• TASK DETAILS
Both the line containing "#29=ORIENTED_EDGE('',*,*,#21,.T.);" and the line containing "#38=DIRECTION('',(0.,0.,-1.));" belong to the span. Output exactly that span from the listing below, and nothing outside it.

• TASK MATERIAL
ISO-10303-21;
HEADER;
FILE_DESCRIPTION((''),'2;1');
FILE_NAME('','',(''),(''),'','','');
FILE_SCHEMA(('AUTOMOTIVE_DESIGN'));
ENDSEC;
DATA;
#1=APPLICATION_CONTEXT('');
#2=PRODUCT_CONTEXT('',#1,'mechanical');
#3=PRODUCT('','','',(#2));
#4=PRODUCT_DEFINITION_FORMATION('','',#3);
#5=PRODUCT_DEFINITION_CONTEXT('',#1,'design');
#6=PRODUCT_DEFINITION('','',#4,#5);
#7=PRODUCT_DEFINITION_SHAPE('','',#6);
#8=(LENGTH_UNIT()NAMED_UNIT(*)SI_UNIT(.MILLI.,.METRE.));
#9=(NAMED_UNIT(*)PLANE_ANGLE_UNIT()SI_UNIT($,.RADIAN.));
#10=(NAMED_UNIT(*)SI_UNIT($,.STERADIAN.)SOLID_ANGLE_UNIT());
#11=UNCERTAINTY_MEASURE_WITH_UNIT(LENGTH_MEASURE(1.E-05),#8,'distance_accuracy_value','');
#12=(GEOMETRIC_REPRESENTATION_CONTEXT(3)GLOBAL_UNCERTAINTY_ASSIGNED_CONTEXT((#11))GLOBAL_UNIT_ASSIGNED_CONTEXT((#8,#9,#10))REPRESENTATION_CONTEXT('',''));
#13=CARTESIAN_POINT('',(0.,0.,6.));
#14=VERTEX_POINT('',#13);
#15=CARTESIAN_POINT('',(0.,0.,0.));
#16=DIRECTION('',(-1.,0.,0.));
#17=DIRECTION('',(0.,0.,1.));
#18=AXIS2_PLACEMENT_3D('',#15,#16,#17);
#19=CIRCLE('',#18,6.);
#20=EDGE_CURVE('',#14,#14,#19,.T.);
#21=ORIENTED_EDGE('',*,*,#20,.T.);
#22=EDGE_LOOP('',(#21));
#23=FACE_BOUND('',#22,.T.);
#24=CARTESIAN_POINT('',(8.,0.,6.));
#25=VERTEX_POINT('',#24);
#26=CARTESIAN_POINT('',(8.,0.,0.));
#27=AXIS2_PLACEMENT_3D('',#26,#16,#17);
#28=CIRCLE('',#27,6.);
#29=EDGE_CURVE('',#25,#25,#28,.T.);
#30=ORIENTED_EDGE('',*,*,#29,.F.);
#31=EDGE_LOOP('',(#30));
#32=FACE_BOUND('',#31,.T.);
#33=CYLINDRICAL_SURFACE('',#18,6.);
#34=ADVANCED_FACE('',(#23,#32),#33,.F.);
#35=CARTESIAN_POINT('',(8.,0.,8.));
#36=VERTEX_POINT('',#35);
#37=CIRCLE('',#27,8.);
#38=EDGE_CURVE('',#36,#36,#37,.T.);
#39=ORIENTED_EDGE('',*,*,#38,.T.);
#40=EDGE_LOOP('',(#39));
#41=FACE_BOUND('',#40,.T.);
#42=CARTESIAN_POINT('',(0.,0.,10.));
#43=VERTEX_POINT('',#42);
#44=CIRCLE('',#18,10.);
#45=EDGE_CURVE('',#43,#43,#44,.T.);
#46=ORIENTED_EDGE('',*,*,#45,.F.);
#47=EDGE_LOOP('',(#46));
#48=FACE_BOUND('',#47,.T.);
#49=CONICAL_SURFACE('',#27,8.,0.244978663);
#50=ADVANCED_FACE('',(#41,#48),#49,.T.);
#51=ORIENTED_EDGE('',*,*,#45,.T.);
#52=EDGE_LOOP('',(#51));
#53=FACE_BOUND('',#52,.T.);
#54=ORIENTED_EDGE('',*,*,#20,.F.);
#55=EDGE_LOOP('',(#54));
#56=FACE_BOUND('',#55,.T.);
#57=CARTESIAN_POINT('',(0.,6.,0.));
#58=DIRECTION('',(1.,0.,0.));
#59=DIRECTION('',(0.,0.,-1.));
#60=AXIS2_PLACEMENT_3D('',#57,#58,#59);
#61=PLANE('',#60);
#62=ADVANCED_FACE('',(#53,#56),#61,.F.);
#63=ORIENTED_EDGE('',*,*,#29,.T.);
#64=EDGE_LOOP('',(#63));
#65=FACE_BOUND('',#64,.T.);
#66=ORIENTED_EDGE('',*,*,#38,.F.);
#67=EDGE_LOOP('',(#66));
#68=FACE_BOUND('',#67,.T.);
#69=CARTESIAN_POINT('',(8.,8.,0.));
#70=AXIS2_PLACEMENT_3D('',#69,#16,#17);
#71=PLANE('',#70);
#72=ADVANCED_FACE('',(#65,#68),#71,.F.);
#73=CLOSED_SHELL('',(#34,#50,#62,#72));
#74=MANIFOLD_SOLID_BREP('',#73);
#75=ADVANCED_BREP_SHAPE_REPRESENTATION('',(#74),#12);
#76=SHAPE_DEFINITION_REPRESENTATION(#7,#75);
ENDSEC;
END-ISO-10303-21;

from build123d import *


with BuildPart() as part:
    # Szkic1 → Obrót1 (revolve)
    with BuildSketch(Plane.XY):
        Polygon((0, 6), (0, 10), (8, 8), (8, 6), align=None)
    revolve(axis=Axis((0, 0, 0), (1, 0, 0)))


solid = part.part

==

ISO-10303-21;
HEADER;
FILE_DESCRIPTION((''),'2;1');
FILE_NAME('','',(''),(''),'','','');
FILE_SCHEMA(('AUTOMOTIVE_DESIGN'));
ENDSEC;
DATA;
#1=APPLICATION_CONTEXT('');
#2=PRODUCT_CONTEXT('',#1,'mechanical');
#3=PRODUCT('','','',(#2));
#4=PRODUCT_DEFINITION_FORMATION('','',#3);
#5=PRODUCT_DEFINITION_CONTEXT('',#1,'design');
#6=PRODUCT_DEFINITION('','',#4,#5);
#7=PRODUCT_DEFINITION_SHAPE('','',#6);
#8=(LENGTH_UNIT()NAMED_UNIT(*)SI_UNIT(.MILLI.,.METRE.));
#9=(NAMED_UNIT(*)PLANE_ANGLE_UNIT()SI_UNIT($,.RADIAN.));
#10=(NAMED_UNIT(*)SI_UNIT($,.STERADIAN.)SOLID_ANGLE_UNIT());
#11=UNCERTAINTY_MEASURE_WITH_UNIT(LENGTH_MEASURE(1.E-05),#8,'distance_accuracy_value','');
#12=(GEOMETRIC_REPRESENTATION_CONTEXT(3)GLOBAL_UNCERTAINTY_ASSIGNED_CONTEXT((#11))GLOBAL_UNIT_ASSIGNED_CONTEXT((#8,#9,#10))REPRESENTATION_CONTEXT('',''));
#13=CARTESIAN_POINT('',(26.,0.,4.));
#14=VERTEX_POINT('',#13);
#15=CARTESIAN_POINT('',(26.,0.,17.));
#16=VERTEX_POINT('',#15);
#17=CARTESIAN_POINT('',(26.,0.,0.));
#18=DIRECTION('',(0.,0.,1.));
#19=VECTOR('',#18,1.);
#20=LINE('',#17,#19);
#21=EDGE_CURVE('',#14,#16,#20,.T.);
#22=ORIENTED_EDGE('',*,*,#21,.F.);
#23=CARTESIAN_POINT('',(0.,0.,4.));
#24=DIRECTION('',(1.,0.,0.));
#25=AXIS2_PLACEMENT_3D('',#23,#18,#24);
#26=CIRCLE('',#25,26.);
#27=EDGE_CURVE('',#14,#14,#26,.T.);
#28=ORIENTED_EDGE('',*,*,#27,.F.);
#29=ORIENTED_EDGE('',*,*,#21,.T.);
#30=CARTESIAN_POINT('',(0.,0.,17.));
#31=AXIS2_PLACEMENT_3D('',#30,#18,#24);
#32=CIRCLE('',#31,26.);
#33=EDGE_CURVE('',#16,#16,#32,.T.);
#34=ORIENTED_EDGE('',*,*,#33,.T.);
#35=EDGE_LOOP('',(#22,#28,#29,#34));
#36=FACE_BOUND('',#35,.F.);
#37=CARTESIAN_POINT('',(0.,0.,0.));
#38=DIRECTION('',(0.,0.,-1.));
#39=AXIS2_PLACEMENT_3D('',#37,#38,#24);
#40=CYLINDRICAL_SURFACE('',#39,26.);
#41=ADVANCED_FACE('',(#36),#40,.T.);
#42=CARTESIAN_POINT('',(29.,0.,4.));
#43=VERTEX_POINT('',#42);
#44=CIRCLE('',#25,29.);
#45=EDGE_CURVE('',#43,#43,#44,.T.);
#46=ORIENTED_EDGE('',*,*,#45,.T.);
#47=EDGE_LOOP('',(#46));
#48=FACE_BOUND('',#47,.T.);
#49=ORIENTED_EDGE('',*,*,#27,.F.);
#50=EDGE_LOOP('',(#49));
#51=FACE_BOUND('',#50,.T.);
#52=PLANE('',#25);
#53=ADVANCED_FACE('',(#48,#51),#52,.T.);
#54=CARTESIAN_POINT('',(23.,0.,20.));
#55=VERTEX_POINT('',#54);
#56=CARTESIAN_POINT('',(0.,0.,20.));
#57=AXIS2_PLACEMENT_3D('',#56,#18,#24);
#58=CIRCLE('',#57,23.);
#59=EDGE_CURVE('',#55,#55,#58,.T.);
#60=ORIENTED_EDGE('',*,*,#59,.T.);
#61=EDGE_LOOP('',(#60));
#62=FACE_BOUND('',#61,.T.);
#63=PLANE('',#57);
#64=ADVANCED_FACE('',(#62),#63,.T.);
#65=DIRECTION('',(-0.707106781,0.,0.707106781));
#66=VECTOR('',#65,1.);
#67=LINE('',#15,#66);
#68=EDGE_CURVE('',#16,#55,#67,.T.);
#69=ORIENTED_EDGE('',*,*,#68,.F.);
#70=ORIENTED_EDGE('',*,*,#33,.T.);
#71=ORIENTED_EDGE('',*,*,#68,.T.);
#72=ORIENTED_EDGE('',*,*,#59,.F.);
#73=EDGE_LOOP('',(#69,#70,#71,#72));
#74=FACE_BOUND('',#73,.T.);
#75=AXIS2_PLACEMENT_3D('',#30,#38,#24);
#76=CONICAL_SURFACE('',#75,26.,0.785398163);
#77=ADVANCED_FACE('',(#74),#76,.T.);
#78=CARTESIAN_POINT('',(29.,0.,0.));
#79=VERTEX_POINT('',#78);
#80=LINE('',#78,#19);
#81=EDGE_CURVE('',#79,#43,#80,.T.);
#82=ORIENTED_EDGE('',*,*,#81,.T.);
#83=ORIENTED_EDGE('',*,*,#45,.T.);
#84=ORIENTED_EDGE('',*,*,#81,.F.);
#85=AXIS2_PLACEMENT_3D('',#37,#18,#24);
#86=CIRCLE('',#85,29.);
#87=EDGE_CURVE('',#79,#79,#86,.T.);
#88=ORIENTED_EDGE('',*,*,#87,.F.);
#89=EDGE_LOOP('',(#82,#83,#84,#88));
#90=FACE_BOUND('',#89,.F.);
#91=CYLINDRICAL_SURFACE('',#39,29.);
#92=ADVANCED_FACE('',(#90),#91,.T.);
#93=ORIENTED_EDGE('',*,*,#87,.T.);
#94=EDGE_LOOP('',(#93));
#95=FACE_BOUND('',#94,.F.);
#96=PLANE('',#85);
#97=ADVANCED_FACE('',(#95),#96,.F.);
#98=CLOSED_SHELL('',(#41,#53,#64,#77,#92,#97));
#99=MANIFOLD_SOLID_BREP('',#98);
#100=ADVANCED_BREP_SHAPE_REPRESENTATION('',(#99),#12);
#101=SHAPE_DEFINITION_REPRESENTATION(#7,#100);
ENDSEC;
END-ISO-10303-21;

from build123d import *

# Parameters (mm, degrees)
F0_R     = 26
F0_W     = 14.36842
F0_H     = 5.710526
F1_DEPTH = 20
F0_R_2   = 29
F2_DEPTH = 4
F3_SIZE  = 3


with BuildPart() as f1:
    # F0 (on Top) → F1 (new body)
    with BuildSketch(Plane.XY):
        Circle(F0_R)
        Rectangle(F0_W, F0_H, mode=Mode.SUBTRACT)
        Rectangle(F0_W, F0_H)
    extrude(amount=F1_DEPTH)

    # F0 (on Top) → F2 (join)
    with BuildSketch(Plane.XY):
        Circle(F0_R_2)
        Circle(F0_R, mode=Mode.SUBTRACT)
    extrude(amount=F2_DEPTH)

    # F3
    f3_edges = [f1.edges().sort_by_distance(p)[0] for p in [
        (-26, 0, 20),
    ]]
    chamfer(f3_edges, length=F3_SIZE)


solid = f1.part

• RESPONSE AREA
#29=ORIENTED_EDGE('',*,*,#21,.T.);
#30=CARTESIAN_POINT('',(0.,0.,17.));
#31=AXIS2_PLACEMENT_3D('',#30,#18,#24);
#32=CIRCLE('',#31,26.);
#33=EDGE_CURVE('',#16,#16,#32,.T.);
#34=ORIENTED_EDGE('',*,*,#33,.T.);
#35=EDGE_LOOP('',(#22,#28,#29,#34));
#36=FACE_BOUND('',#35,.F.);
#37=CARTESIAN_POINT('',(0.,0.,0.));
#38=DIRECTION('',(0.,0.,-1.));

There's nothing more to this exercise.